[Stored entries]
[Start of Attachment]
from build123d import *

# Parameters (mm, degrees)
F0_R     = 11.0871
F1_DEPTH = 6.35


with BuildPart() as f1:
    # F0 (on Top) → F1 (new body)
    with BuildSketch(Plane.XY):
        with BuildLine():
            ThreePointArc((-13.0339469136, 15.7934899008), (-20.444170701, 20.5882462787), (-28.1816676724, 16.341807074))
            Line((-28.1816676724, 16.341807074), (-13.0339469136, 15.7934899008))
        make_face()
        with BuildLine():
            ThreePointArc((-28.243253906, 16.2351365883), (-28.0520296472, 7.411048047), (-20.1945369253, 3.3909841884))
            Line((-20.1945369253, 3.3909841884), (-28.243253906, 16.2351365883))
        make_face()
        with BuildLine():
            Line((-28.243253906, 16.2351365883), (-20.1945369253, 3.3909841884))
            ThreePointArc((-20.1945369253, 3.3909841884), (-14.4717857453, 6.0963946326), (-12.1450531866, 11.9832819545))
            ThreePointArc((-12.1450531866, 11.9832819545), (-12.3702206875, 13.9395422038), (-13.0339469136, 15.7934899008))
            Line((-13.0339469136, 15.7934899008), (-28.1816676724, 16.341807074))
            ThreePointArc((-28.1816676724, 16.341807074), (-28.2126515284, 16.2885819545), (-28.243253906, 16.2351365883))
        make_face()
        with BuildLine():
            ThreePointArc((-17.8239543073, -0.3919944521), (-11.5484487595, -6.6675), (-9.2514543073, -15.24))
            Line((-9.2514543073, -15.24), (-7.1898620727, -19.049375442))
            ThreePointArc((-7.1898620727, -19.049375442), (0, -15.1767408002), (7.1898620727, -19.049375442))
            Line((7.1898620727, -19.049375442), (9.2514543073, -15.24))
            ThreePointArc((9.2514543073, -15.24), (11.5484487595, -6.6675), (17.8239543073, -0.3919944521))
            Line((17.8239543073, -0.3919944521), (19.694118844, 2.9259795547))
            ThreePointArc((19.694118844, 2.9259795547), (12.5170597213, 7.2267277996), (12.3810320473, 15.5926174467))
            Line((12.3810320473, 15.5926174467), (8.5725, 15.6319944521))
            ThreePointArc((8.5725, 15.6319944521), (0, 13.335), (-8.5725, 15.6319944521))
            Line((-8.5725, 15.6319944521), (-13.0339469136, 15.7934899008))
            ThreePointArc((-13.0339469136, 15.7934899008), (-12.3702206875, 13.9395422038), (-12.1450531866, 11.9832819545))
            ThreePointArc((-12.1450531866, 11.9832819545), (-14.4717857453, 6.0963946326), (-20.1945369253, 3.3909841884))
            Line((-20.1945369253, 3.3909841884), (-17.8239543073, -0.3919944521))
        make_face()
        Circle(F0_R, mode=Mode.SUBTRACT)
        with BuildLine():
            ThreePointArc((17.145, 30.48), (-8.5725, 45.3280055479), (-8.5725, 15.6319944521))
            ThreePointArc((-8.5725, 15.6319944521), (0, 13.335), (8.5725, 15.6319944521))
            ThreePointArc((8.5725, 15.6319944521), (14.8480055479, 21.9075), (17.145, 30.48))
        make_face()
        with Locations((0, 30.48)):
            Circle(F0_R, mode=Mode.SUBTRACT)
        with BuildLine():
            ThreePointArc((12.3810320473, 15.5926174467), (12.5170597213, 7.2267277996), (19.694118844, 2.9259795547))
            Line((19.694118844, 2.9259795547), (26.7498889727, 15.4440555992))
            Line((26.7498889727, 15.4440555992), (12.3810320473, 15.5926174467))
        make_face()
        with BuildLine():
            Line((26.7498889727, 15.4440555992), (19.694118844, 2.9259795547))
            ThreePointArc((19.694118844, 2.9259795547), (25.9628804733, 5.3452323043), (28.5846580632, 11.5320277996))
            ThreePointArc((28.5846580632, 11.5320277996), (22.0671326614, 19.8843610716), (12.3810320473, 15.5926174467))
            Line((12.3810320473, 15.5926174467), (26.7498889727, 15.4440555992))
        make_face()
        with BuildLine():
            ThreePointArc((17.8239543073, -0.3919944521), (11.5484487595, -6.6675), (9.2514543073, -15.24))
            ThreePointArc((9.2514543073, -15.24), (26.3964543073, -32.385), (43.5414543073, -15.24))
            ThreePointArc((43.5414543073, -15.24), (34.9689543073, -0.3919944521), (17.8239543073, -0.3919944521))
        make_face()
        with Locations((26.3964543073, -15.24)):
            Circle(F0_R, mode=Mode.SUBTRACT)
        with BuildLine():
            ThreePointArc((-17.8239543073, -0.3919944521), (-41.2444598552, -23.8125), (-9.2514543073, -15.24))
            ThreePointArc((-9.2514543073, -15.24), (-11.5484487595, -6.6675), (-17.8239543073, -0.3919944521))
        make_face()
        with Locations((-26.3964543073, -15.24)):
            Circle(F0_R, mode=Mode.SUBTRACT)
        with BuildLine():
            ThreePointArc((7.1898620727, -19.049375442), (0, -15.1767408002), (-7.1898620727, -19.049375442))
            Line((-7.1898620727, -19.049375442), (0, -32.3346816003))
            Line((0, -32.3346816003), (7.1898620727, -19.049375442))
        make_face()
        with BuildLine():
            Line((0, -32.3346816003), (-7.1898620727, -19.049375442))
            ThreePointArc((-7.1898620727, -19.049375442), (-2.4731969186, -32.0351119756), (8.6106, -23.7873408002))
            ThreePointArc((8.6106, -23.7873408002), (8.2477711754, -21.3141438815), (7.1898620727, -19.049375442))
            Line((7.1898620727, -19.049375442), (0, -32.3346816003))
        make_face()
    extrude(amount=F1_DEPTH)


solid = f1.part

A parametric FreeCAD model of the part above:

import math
import FreeCAD as App
import Part
import Sketcher

V = App.Vector
Q = App.Units.Quantity

doc = App.newDocument("Part")
body = doc.addObject("PartDesign::Body", "Body")

# Sketch on XY plane
sketch1 = doc.addObject("Sketcher::SketchObject", "Sketch")
body.addObject(sketch1)
sketch1.AttachmentSupport = (doc.XY_Plane, [""])
sketch1.MapMode = "FlatFace"
sketch1.addGeometry(Part.ArcOfCircle(Part.Circle(V(-20.76, 11.98, 0), V(0, 0, 1), 8.61), math.radians(26), math.radians(150)), False)
sketch1.addGeometry(Part.ArcOfCircle(Part.Circle(V(-20.76, 11.98, 0), V(0, 0, 1), 8.61), math.radians(149.59), math.radians(150.41)), False)
sketch1.addGeometry(Part.ArcOfCircle(Part.Circle(V(-20.76, 11.98, 0), V(0, 0, 1), 8.61), math.radians(150), math.radians(274)), False)
sketch1.addGeometry(Part.LineSegment(V(-20.19, 3.39, 0), V(-17.82, -0.39, 0)), False)
sketch1.addGeometry(Part.ArcOfCircle(Part.Circle(V(-26.4, -15.24, 0), V(0, 0, 1), 17.14), math.radians(60), math.radians(360)), False)
sketch1.addGeometry(Part.LineSegment(V(-9.25, -15.24, 0), V(-7.19, -19.05, 0)), False)
sketch1.addGeometry(Part.ArcOfCircle(Part.Circle(V(0, -23.79, 0), V(0, 0, 1), 8.61), math.radians(147), math.radians(360)), False)
sketch1.addGeometry(Part.ArcOfCircle(Part.Circle(V(0, -23.79, 0), V(0, 0, 1), 8.61), math.radians(0), math.radians(33)), False)
sketch1.addGeometry(Part.LineSegment(V(7.19, -19.05, 0), V(9.25, -15.24, 0)), False)
sketch1.addGeometry(Part.ArcOfCircle(Part.Circle(V(26.4, -15.24, 0), V(0, 0, 1), 17.14), math.radians(180), math.radians(480)), False)
sketch1.addGeometry(Part.LineSegment(V(17.82, -0.39, 0), V(19.69, 2.93, 0)), False)
sketch1.addGeometry(Part.ArcOfCircle(Part.Circle(V(19.97, 11.53, 0), V(0, 0, 1), 8.61), math.radians(-92), math.radians(0)), False)
sketch1.addGeometry(Part.ArcOfCircle(Part.Circle(V(19.97, 11.53, 0), V(0, 0, 1), 8.61), math.radians(0), math.radians(152)), False)
sketch1.addGeometry(Part.LineSegment(V(12.38, 15.59, 0), V(8.57, 15.63, 0)), False)
sketch1.addGeometry(Part.ArcOfCircle(Part.Circle(V(0, 30.48, 0), V(0, 0, 1), 17.14), math.radians(-60), math.radians(0)), False)
sketch1.addGeometry(Part.ArcOfCircle(Part.Circle(V(0, 30.48, 0), V(0, 0, 1), 17.14), math.radians(0), math.radians(240)), False)
sketch1.addGeometry(Part.LineSegment(V(-8.57, 15.63, 0), V(-13.03, 15.79, 0)), False)
sketch1.addGeometry(Part.Circle(V(-26.4, -15.24, 0), V(0, 0, 1), 11.09), False)
sketch1.addGeometry(Part.Circle(V(26.4, -15.24, 0), V(0, 0, 1), 11.09), False)
sketch1.addGeometry(Part.Circle(V(0, 0, 0), V(0, 0, 1), 11.09), False)
sketch1.addGeometry(Part.Circle(V(0, 30.48, 0), V(0, 0, 1), 11.09), False)
sketch1.addConstraint(Sketcher.Constraint("Tangent", 0, 2, 1, 1))
sketch1.addConstraint(Sketcher.Constraint("Tangent", 1, 2, 2, 1))
sketch1.addConstraint(Sketcher.Constraint("Coincident", 2, 2, 3, 1))
sketch1.addConstraint(Sketcher.Constraint("Coincident", 3, 2, 4, 1))
sketch1.addConstraint(Sketcher.Constraint("Coincident", 4, 2, 5, 1))
sketch1.addConstraint(Sketcher.Constraint("Coincident", 5, 2, 6, 1))
sketch1.addConstraint(Sketcher.Constraint("Tangent", 6, 2, 7, 1))
sketch1.addConstraint(Sketcher.Constraint("Coincident", 7, 2, 8, 1))
sketch1.addConstraint(Sketcher.Constraint("Coincident", 8, 2, 9, 1))
sketch1.addConstraint(Sketcher.Constraint("Coincident", 9, 2, 10, 1))
sketch1.addConstraint(Sketcher.Constraint("Coincident", 10, 2, 11, 1))
sketch1.addConstraint(Sketcher.Constraint("Tangent", 11, 2, 12, 1))
sketch1.addConstraint(Sketcher.Constraint("Coincident", 12, 2, 13, 1))
sketch1.addConstraint(Sketcher.Constraint("Coincident", 13, 2, 14, 1))
sketch1.addConstraint(Sketcher.Constraint("Tangent", 14, 2, 15, 1))
sketch1.addConstraint(Sketcher.Constraint("Coincident", 15, 2, 16, 1))
sketch1.addConstraint(Sketcher.Constraint("Coincident", 16, 2, 0, 1))
sketch1.addConstraint(Sketcher.Constraint("Coincident", 19, 3, -1, 1))
sketch1.addConstraint(Sketcher.Constraint("Coincident", 2, 3, 0, 3))
sketch1.addConstraint(Sketcher.Constraint("Coincident", 17, 3, 4, 3))
sketch1.addConstraint(Sketcher.Constraint("Coincident", 18, 3, 9, 3))
sketch1.addConstraint(Sketcher.Constraint("Coincident", 20, 3, 14, 3))
sketch1.addConstraint(Sketcher.Constraint("Equal", 2, 6))
sketch1.addConstraint(Sketcher.Constraint("Equal", 6, 7))
sketch1.addConstraint(Sketcher.Constraint("Equal", 4, 9))
sketch1.addConstraint(Sketcher.Constraint("Equal", 7, 11))
sketch1.addConstraint(Sketcher.Constraint("Equal", 11, 12))
sketch1.addConstraint(Sketcher.Constraint("Equal", 9, 14))
sketch1.addConstraint(Sketcher.Constraint("Equal", 14, 15))
sketch1.addConstraint(Sketcher.Constraint("Equal", 17, 18))
sketch1.addConstraint(Sketcher.Constraint("Equal", 18, 19))
sketch1.addConstraint(Sketcher.Constraint("Equal", 19, 20))
sketch1.addConstraint(Sketcher.Constraint("Symmetric", 4, 3, 9, 3, -2))
sketch1.addConstraint(Sketcher.Constraint("Symmetric", 5, 2, 7, 2, -2))
sketch1.addConstraint(Sketcher.Constraint("Symmetric", 13, 2, 15, 2, -2))
sketch1.addConstraint(Sketcher.Constraint("Horizontal", 18, 3, 4, 2))
sketch1.addConstraint(Sketcher.Constraint("Horizontal", 7, 3, 6, 2))
sketch1.addConstraint(Sketcher.Constraint("Horizontal", 4, 2, 8, 2))
sketch1.addConstraint(Sketcher.Constraint("Horizontal", 3, 2, 9, 2))
sketch1.addConstraint(Sketcher.Constraint("Horizontal", 12, 3, 11, 2))
sketch1.addConstraint(Sketcher.Constraint("Horizontal", 20, 3, 14, 2))
sketch1.addConstraint(Sketcher.Constraint("Equal", 10, 13))
sketch1.addConstraint(Sketcher.Constraint("Equal", 3, 16))
sketch1.addConstraint(Sketcher.Constraint("Diameter", 17, Q("0.873 in")))
sketch1.addConstraint(Sketcher.Constraint("Radius", 0, Q("0.339 in")))
sketch1.addConstraint(Sketcher.Constraint("Radius", 4, Q("0.675 in")))
sketch1.addConstraint(Sketcher.Constraint("DistanceY", 4, 3, -1, 1, Q("0.6 in")))
sketch1.addConstraint(Sketcher.Constraint("DistanceY", -1, 1, 14, 3, Q("1.2 in")))
sketch1.addConstraint(Sketcher.Constraint("DistanceX", 15, 2, 13, 2, Q("0.675 in")))
sketch1.addConstraint(Sketcher.Constraint("DistanceX", 4, 3, 3, 2, Q("0.3375 in")))
sketch1.addConstraint(Sketcher.Constraint("DistanceX", 4, 3, 0, 3, 5.640801))
sketch1.addConstraint(Sketcher.Constraint("DistanceX", 1, 2, 2, 3, 7.487601))
sketch1.addConstraint(Sketcher.Constraint("Distance", 3, 4.464369))
sketch1.addConstraint(Sketcher.Constraint("DistanceY", -1, 1, 0, 3, 11.983282))
sketch1.addConstraint(Sketcher.Constraint("DistanceX", 1, 3, -1, 1, 20.755652))
sketch1.addConstraint(Sketcher.Constraint("DistanceY", 6, 3, -1, 1, 23.787341))
sketch1.addConstraint(Sketcher.Constraint("DistanceX", -1, 1, 11, 3, 19.974058))
sketch1.addConstraint(Sketcher.Constraint("DistanceX", -1, 1, 10, 2, 19.694119))
sketch1.addConstraint(Sketcher.Constraint("DistanceY", -1, 1, 10, 2, 2.92598))
sketch1.addConstraint(Sketcher.Constraint("DistanceY", 1, 2, 0, 2, 0.10667))
sketch1.addConstraint(Sketcher.Constraint("Distance", 5, 4.331455))
pad1 = doc.addObject("PartDesign::Pad", "Pad")
body.addObject(pad1)
pad1.Profile = sketch1
pad1.Length = Q("0.25 in")

doc.recompute()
[End of Attachment]
**What the task asks:**
Retype the entries above exactly, but only from the line containing "-21.3141438815), (7.1898620727, -19.049375442))" through the line containing "A parametric FreeCAD", both included.

**Output below:**
            ThreePointArc((8.6106, -23.7873408002), (8.2477711754, -21.3141438815), (7.1898620727, -19.049375442))
            Line((7.1898620727, -19.049375442), (0, -32.3346816003))
        make_face()
    extrude(amount=F1_DEPTH)


solid = f1.part

A parametric FreeCAD model of the part above:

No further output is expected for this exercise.